La nature, la raison et la justice veulent le bonheur de l’homme, non seulement dans l’autre vie, mais même dans celle-ci. Tout ce qui existe a été créé pour l’homme, il faut donc qu’il en jouisse, Mais il ne le peut qu’à titre de grâce : sa puissance n’est qu’un dépôt, il a l’usufruit, il ne peut se croire le propriétaire. Il doit donc faire valoir ce départ il doit jouir de ses avantages, mais il ne peut se l’approprier, il doit toujours être prêt à y renoncer et ne point le regarder comme son seul bien.
Avec la vie, l’homme a reçu un libre arbitre, c’est-à-dire que, placé entre le bien et le mal il lui est libre de choisir. On lui fait voir tout le bonheur qu’il doit retirer en suivant le bien qu’il connaît déjà et on le menace des plus cruels tourments, s’il se livre à un ennemi dangereux qu’on lui montre aussi. Ici, l’impie crie à l’injustice, parce qu’il veut suivre ce dernier parti ; le juste, au contraire, bénit son Créateur qui, par là, donne à l’homme le rang au dessus des anges. Le juste et l’impie ont leur libre arbitre, pourquoi donc ce contraste ?
C’est que la présomption se glisse dans l’homme à l’aide des connaissances qu’il acquière, s’il n’a pas soin de tout rapporter au seul but pour lequel elles lui sont données. Il prend une fausse route ; il y marche avec sécurité. Séduit par l’apparence, il s’abandonne entièrement au langage flatteur de son ennemi qui ne cherche que la ruine, jaloux de la supériorité et d’en être supplanté.
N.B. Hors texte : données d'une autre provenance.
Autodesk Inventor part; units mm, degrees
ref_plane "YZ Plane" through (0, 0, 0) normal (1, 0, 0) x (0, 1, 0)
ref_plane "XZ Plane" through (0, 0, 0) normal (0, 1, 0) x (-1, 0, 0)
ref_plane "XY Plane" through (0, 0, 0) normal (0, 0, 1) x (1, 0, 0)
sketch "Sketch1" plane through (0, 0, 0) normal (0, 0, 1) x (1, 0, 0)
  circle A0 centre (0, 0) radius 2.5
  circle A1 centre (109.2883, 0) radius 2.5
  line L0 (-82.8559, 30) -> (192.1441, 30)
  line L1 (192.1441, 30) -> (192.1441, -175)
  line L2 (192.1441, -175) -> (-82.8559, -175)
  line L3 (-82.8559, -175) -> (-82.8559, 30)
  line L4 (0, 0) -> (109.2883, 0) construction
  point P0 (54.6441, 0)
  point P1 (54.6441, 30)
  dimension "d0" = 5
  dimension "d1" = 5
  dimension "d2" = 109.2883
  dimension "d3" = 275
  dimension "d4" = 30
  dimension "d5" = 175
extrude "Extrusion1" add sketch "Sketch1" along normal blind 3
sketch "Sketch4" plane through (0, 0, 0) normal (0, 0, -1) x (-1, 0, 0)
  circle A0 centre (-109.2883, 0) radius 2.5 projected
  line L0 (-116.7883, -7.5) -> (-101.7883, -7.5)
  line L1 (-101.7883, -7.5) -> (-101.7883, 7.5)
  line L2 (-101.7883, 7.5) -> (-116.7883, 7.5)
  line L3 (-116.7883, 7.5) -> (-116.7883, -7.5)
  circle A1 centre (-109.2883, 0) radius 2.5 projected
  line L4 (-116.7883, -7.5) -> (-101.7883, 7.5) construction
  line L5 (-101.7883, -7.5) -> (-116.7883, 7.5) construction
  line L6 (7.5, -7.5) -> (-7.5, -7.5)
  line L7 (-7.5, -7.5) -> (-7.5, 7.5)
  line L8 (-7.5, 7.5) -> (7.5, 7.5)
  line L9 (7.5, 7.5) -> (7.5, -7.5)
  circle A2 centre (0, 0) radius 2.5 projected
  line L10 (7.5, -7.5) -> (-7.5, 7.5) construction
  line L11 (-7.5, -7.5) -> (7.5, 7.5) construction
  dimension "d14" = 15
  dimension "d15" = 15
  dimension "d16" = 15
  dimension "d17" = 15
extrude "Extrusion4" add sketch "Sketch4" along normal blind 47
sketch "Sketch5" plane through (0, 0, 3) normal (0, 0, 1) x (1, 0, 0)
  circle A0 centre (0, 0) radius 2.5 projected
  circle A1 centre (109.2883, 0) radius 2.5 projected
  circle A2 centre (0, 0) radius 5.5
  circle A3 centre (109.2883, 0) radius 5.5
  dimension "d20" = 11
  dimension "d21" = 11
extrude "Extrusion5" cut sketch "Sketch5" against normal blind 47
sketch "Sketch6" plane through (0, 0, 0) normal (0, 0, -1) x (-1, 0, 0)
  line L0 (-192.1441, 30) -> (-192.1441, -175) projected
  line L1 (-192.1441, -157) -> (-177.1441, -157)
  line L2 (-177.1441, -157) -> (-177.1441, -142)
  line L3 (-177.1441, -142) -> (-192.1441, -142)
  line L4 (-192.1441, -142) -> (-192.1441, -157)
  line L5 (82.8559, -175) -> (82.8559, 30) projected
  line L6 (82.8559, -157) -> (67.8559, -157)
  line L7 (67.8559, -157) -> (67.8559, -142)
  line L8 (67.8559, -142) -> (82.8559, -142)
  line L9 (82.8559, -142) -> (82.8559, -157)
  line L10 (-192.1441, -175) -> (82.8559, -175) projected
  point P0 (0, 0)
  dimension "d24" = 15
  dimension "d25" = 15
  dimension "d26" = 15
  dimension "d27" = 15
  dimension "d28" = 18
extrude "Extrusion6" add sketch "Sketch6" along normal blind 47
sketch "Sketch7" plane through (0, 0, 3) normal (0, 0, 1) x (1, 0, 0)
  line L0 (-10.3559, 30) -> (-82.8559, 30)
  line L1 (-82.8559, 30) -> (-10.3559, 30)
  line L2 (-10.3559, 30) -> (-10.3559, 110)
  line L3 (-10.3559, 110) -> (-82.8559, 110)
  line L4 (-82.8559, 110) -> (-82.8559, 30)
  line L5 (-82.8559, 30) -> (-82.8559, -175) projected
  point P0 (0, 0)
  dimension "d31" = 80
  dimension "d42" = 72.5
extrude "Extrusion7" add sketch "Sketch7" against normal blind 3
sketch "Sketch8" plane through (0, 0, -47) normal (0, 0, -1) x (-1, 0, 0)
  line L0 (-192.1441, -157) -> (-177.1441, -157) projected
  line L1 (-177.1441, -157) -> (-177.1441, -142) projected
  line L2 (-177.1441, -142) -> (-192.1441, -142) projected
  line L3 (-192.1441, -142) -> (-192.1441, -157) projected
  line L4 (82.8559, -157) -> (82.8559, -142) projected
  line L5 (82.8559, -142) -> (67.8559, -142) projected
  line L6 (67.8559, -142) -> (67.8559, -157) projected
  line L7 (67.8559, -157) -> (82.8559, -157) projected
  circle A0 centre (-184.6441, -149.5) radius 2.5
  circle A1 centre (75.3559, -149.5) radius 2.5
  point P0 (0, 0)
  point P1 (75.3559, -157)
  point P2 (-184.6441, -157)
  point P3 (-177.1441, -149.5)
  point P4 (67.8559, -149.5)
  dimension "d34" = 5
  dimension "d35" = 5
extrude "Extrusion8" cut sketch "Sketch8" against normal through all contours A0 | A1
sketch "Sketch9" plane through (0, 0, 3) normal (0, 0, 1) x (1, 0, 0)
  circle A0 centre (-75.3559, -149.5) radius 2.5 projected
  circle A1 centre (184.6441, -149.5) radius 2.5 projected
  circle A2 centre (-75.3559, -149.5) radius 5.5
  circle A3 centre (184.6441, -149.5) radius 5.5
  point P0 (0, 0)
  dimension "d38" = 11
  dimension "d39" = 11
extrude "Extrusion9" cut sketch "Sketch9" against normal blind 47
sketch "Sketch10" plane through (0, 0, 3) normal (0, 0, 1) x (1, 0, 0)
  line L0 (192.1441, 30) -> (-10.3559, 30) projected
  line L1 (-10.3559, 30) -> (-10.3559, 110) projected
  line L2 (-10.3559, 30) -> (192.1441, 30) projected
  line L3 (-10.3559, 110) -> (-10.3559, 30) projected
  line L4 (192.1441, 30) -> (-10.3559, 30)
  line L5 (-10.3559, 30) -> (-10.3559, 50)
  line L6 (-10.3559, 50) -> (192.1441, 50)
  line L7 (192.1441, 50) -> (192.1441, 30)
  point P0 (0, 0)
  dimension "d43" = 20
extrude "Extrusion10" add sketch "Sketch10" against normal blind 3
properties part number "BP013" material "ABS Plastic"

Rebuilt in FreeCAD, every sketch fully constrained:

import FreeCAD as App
import Part
import Sketcher
from FreeCAD import Vector
Q = App.Units.Quantity

doc = App.newDocument("Part")
body = doc.addObject("PartDesign::Body", "Body")

# Sketch on XY plane
sketch1 = body.newObject("Sketcher::SketchObject", "Sketch")
sketch1.AttachmentSupport = (doc.getObject("XY_Plane"), [""])
sketch1.MapMode = "FlatFace"
sketch1.addGeometry([
    Part.LineSegment(Vector(192.1441, 30, 0), Vector(-82.8559, 30, 0)),  # 0
    Part.LineSegment(Vector(-82.8559, 30, 0), Vector(-82.8559, -175, 0)),  # 1
    Part.LineSegment(Vector(-82.8559, -175, 0), Vector(192.1441, -175, 0)),  # 2
    Part.LineSegment(Vector(192.1441, -175, 0), Vector(192.1441, 30, 0)),  # 3
    Part.Circle(Vector(0, 0, 0), Vector(0, 0, 1), 2.5),  # 4
    Part.Circle(Vector(109.2883, 0, 0), Vector(0, 0, 1), 2.5),  # 5
], False)
sketch1.addConstraint([
    Sketcher.Constraint("Coincident", 0, 2, 1, 1),
    Sketcher.Constraint("Coincident", 1, 2, 2, 1),
    Sketcher.Constraint("Coincident", 2, 2, 3, 1),
    Sketcher.Constraint("Coincident", 3, 2, 0, 1),
    Sketcher.Constraint("Horizontal", 0),
    Sketcher.Constraint("Vertical", 1),
    Sketcher.Constraint("Horizontal", 2),
    Sketcher.Constraint("Vertical", 3),
    Sketcher.Constraint("Coincident", 4, 3, -1, 1),
    Sketcher.Constraint("Equal", 4, 5),
    Sketcher.Constraint("PointOnObject", 5, 3, -1),
    Sketcher.Constraint("Diameter", 4, Q("5 mm")),
    Sketcher.Constraint("DistanceX", 0, 2, 0, 1, Q("275 mm")),
    Sketcher.Constraint("DistanceY", -1, 1, 0, 2, Q("30 mm")),
    Sketcher.Constraint("DistanceY", 1, 2, -1, 1, Q("175 mm")),
    Sketcher.Constraint("DistanceX", -1, 1, 5, 3, Q("109.2883 mm")),
    Sketcher.Constraint("DistanceX", 0, 2, -1, 1, Q("82.856 mm")),
])
pad1 = body.newObject("PartDesign::Pad", "Pad")
pad1.Profile = sketch1
pad1.Length = 3

# Sketch on XY plane
sketch2 = body.newObject("Sketcher::SketchObject", "Sketch001")
sketch2.AttachmentSupport = (doc.getObject("XY_Plane"), [""])
sketch2.MapMode = "FlatFace"
sketch2.addGeometry([
    Part.LineSegment(Vector(116.7883, 7.5, 0), Vector(116.7883, -7.5, 0)),  # 0
    Part.LineSegment(Vector(116.7883, -7.5, 0), Vector(101.7883, -7.5, 0)),  # 1
    Part.LineSegment(Vector(101.7883, -7.5, 0), Vector(101.7883, 7.5, 0)),  # 2
    Part.LineSegment(Vector(101.7883, 7.5, 0), Vector(116.7883, 7.5, 0)),  # 3
    Part.Circle(Vector(109.2883, 0, 0), Vector(0, 0, 1), 2.5),  # 4
    Part.LineSegment(Vector(7.5, -7.5, 0), Vector(-7.5, -7.5, 0)),  # 5
    Part.LineSegment(Vector(-7.5, -7.5, 0), Vector(-7.5, 7.5, 0)),  # 6
    Part.LineSegment(Vector(-7.5, 7.5, 0), Vector(7.5, 7.5, 0)),  # 7
    Part.LineSegment(Vector(7.5, 7.5, 0), Vector(7.5, -7.5, 0)),  # 8
    Part.Circle(Vector(0, 0, 0), Vector(0, 0, 1), 2.5),  # 9
], False)
sketch2.addConstraint([
    Sketcher.Constraint("Coincident", 0, 2, 1, 1),
    Sketcher.Constraint("Coincident", 1, 2, 2, 1),
    Sketcher.Constraint("Coincident", 2, 2, 3, 1),
    Sketcher.Constraint("Coincident", 3, 2, 0, 1),
    Sketcher.Constraint("Coincident", 5, 2, 6, 1),
    Sketcher.Constraint("Coincident", 6, 2, 7, 1),
    Sketcher.Constraint("Coincident", 7, 2, 8, 1),
    Sketcher.Constraint("Coincident", 8, 2, 5, 1),
    Sketcher.Constraint("Vertical", 0),
    Sketcher.Constraint("Horizontal", 1),
    Sketcher.Constraint("Vertical", 2),
    Sketcher.Constraint("Horizontal", 3),
    Sketcher.Constraint("Horizontal", 5),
Une fois que l’homme a perdu de vue la vraie lumière, ou que, poussé par une criminelle curiosité, il veut se servir de celle qui lui est donnée, pour passer les bornes qui lui sont prescrites, il ne fait plus que tomber d’erreur en erreur, il parcourt des espaces immenses, sa présomption lui fait tout envisager comme des moyens de parvenir au terme qu’il se propose. Ce terme est bien la vérité ou le bonheur, mais privé par sa faute du flambeau qu’il a laissé en arrière, il murmure, parce que les ténèbres l’empêchent de voir qu’il n’est pas dans bonne voie : au lieu donc de la paix et de la vérité qu’il cherche, il ne rencontre rien de semblable, au contraire toutes sortes de peines, et, il en est trois pour l’homme. Le remord et la confusion s’emparent de lui, il a bien voyagé, il a bien travaillé, mais tant qu’il sera dans cette route, il ne trouvera rien.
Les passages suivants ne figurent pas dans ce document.